Thread (61 messages) 61 messages, 10 authors, 2019-10-01

RE: [RFC PATCH 18/18] net: wireguard - switch to crypto API for packet encryption

From: Pascal Van Leeuwen <hidden>
Date: 2019-09-27 09:58:23
Also in: linux-crypto

quoted
That remark is just very stupid. The hardware ALREADY exists, and
more hardware is in the pipeline. Once this stuff is designed in, it
usually stays in for many years to come. And these are chips sold in
_serious_ quantities, to be used in things like wireless routers and
DSL, cable and FTTH modems, 5G base stations, etc. etc.
Yes, I very much mentioned routers. I believe those can happen much
more quickly.

But I would very much hope that that is not the only situation where
you'd see wireguard used.
Same here
I'd want to see wireguard in an end-to-end situation from the very
client hardware. So laptops, phones, desktops. Not the untrusted (to
me) hw in between.
I don't see why the crypto HW would deserve any less trust than, say,
the CPU itself. I would say CPU's don't deserve that trust at the moment.
quoted
No, these are just the routers going into *everyone's* home. And 5G
basestations arriving at every other street corner. I wouldn't call
that rare, exactly.
That's fine for a corporate tunnel between devices. Which is certainly
one use case for wireguard.

But if you want VPN for your own needs for security, you want it at
the _client_. Not at the router box. So that case really does matter.
Personally, I would really like it in my router box so my CPU is free
to do useful work instead of boring crypto. And I know there's nothing
untrusted in between my client and the router box, so I don't need to
worry about security there. But hey, that's just me.
And I really don't see the hardware happening in that space. So the
bad crypto interfaces only make the client _worse_.
Fully agree. We don't focus on the client side with our HW anyway.
(but than there may be that router box in between that can help out)
See?

But on to the arguments that we actually agree on:
quoted
Hey, no argument there. I don't see any good reason why the key can't
be on the stack. I doubt any hardware would be able to DMA that as-is
directly, and in any case, key changes should be infrequent, so copying
it to some DMA buffer should not be a performance problem.
So maybe that's an area for improvement: allow that to be on the stack.
It's not even just the stack. It's really that the crypto interfaces
are *designed* so that you have to allocate things separately, and
can't embed these things in your own data structures.

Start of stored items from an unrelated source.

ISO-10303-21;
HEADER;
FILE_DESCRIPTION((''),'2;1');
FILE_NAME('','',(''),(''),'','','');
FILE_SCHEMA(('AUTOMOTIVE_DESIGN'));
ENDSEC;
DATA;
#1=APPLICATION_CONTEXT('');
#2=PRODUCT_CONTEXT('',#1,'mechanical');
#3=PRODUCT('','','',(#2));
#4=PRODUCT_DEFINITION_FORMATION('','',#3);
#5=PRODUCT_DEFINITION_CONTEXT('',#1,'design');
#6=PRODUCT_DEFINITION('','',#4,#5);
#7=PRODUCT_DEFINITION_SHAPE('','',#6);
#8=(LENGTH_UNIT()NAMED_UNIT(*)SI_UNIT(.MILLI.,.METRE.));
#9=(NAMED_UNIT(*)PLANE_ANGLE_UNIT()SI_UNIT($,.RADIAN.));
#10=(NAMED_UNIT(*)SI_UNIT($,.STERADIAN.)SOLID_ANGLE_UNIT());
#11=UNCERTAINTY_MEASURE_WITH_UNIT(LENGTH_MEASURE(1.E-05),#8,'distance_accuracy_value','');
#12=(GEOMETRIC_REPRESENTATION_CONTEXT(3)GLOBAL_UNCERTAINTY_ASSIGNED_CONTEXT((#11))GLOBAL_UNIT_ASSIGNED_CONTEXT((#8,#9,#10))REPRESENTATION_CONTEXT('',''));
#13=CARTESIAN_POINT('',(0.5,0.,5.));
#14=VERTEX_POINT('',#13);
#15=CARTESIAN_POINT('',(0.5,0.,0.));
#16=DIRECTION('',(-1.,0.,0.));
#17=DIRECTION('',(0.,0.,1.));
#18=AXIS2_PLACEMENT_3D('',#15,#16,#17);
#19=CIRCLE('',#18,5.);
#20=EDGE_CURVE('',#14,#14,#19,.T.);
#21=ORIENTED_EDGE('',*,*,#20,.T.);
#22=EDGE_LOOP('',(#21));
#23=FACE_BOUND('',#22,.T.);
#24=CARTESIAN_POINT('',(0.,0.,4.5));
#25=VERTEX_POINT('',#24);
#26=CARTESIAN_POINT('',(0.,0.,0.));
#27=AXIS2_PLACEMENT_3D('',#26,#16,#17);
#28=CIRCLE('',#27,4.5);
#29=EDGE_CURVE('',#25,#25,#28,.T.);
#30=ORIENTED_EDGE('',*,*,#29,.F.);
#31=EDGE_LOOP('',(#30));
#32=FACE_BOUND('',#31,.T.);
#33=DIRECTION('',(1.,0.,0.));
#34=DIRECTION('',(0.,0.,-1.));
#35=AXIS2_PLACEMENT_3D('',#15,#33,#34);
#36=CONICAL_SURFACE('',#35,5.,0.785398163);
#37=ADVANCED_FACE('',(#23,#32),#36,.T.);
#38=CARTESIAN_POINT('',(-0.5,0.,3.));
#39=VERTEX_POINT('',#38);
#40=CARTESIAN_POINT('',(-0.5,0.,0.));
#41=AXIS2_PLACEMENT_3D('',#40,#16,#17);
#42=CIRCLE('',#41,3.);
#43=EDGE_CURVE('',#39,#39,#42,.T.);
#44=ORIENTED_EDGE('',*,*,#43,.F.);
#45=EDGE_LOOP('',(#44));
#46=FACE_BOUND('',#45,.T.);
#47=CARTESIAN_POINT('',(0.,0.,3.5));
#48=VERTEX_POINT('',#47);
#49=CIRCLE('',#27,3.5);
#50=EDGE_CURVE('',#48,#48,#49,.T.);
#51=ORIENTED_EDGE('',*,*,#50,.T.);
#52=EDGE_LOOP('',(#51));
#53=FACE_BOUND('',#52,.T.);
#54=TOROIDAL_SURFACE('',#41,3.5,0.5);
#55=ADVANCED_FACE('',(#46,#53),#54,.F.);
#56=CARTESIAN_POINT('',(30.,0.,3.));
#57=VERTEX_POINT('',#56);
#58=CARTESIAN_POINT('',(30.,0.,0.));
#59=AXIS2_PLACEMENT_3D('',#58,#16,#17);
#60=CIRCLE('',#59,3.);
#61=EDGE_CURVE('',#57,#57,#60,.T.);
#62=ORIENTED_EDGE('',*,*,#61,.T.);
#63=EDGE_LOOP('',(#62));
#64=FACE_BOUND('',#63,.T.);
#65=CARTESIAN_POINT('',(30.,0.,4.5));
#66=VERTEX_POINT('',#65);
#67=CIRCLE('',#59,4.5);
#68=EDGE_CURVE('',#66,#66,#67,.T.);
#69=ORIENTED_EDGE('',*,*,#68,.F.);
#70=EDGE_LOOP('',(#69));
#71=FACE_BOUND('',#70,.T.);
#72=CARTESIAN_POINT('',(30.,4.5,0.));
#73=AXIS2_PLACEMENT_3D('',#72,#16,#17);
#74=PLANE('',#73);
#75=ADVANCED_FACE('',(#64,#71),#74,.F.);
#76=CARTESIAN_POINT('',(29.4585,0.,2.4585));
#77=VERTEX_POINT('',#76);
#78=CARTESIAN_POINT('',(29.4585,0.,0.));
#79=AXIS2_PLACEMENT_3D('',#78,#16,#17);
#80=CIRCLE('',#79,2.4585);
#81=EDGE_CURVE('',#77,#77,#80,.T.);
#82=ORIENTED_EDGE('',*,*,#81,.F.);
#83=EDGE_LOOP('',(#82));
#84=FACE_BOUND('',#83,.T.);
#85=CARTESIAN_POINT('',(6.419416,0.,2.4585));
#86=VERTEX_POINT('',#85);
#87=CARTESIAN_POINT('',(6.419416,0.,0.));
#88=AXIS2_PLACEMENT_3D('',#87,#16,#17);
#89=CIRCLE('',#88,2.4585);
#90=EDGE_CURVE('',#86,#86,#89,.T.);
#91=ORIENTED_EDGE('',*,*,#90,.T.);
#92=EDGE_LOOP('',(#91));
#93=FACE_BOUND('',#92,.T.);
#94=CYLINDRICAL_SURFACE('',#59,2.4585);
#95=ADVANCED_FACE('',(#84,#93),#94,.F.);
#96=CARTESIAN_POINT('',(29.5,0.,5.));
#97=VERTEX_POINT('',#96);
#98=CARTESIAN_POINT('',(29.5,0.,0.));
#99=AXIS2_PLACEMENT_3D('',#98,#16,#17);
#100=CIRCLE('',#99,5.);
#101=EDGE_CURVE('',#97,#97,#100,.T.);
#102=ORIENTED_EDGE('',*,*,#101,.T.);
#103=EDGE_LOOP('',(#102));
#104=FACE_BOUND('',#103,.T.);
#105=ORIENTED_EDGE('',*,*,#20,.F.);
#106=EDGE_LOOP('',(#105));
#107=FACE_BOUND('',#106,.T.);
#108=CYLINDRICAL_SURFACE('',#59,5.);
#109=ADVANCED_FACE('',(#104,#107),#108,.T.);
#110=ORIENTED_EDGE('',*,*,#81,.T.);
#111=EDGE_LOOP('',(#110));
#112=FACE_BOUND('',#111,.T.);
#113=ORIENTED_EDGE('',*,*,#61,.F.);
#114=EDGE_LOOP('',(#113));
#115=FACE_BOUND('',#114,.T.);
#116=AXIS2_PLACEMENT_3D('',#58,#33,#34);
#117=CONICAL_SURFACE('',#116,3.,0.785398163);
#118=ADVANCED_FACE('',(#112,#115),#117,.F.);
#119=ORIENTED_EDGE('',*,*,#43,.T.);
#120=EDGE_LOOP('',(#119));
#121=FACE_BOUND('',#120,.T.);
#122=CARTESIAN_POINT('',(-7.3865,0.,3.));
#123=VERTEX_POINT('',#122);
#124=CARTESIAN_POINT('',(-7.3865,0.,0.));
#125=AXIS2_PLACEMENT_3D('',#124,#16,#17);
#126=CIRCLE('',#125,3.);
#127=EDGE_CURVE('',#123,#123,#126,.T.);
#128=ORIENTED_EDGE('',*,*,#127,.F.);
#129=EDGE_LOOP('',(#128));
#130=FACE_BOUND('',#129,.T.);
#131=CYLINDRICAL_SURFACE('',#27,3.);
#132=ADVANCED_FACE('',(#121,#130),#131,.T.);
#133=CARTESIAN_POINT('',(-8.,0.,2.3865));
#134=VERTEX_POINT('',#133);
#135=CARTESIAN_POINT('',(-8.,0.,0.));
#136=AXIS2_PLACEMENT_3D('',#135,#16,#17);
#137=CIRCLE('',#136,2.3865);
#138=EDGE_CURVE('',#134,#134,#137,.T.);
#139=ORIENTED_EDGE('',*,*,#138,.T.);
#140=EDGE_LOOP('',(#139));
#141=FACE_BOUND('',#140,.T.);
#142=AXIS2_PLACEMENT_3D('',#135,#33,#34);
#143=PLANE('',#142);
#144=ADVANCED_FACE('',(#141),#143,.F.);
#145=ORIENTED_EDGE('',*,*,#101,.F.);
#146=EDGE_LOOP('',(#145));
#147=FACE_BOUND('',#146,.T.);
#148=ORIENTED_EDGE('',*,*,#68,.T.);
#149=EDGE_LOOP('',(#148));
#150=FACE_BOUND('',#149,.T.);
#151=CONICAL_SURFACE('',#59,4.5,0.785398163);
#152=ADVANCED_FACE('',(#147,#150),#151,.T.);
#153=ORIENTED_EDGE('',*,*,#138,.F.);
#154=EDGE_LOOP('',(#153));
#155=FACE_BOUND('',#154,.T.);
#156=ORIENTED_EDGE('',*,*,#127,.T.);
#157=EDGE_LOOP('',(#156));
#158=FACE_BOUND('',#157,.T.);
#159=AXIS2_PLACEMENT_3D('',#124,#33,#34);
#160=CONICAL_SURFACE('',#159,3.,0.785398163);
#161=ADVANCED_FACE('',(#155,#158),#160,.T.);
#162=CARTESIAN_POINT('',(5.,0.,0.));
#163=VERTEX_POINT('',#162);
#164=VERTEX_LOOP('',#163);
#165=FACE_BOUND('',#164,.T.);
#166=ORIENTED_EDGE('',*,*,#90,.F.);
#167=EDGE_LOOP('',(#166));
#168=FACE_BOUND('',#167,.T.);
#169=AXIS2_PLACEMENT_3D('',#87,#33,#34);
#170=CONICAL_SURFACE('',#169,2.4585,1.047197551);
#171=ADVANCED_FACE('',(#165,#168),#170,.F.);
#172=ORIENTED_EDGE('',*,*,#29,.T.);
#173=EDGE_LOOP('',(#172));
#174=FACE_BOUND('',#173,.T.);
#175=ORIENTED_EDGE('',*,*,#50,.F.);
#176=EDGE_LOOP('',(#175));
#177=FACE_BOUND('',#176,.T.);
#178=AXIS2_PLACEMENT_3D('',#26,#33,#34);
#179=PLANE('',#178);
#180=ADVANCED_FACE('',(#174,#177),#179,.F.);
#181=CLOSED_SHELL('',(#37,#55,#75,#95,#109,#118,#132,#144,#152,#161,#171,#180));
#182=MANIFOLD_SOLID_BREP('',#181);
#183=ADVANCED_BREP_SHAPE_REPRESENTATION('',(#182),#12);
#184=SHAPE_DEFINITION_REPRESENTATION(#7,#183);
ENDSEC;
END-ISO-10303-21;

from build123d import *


with BuildPart() as part:
    # Sketch1 → Revolve1 (revolve)
    with BuildSketch(Plane.XY, mode=Mode.PRIVATE) as revolve1_sk:
        Polygon((0, 0), (0, 4.5), (0.5, 5), (29.5, 5), (30, 4.5), (30, 0), align=None)
    revolve(revolve1_sk.sketch.rotate(Axis((30, 0, 0), (-1, 0, 0)), 270), axis=Axis((30, 0, 0), (-1, 0, 0)))

    # Sketch2 → Revolve2 (revolve)
    with BuildSketch(Plane.XY, mode=Mode.PRIVATE) as revolve2_sk:
        with BuildLine():
            Line((-8, 0), (-8, 2.3865))
            Line((-8, 2.3865), (-7.3865, 3))
            Line((-7.3865, 3), (-0.5, 3))
            ThreePointArc((-0.5, 3), (-0.146446609, 3.146446609), (0, 3.5))
            Line((0, 3.5), (0, 0))
            Line((0, 0), (-8, 0))
        make_face()
    revolve(revolve2_sk.sketch.rotate(Axis((0, 0, 0), (-1, 0, 0)), 270), axis=Axis((0, 0, 0), (-1, 0, 0)))

    # Sketch3 → Cut-Revolve1 (revolve, cut)
    with BuildSketch(Plane.XY, mode=Mode.PRIVATE) as cut_revolve1_sk:
        Polygon((5, 0), (6.419415637, 2.4585), (29.4585, 2.4585), (30, 3), (30, 0), align=None)
    revolve(cut_revolve1_sk.sketch.rotate(Axis((30, 0, 0), (-1, 0, 0)), 270), axis=Axis((30, 0, 0), (-1, 0, 0)), mode=Mode.SUBTRACT)


solid = part.part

And they are that way, because the crypto interfaces aren't actually
about (just) hiding the hardware interface: they are about hiding
_all_ the encryption details.
Well, that's the general idea of abstraction. It also allows for 
swapping in any other cipher with minimal effort just _because_ the 
details were hidden from the application. So it may cost you some 
effort initially, but it may save you effort later.
There's no way to say "hey, I know the crypto I use, I know the key
size I have, I know the state size it needs, I can preallocate those
AS PART of my own data structures".

Because the interface is designed to be so "generic" that you simply
can't do those things, they are all external allocations, which is
inevitably slower when you don't have hardware.
Hmm, Ok, I see your point here. But most of those data structures 
(like the key) should be allocated infrequently anyway, so you can
amortize that cost over _many_ crypto operations.

You _do_ realize that performing the key schedule for e.g. AES with
AES-NI also takes quite a lot of time? So you should keep your keys
alive and not reload them all the time anyway.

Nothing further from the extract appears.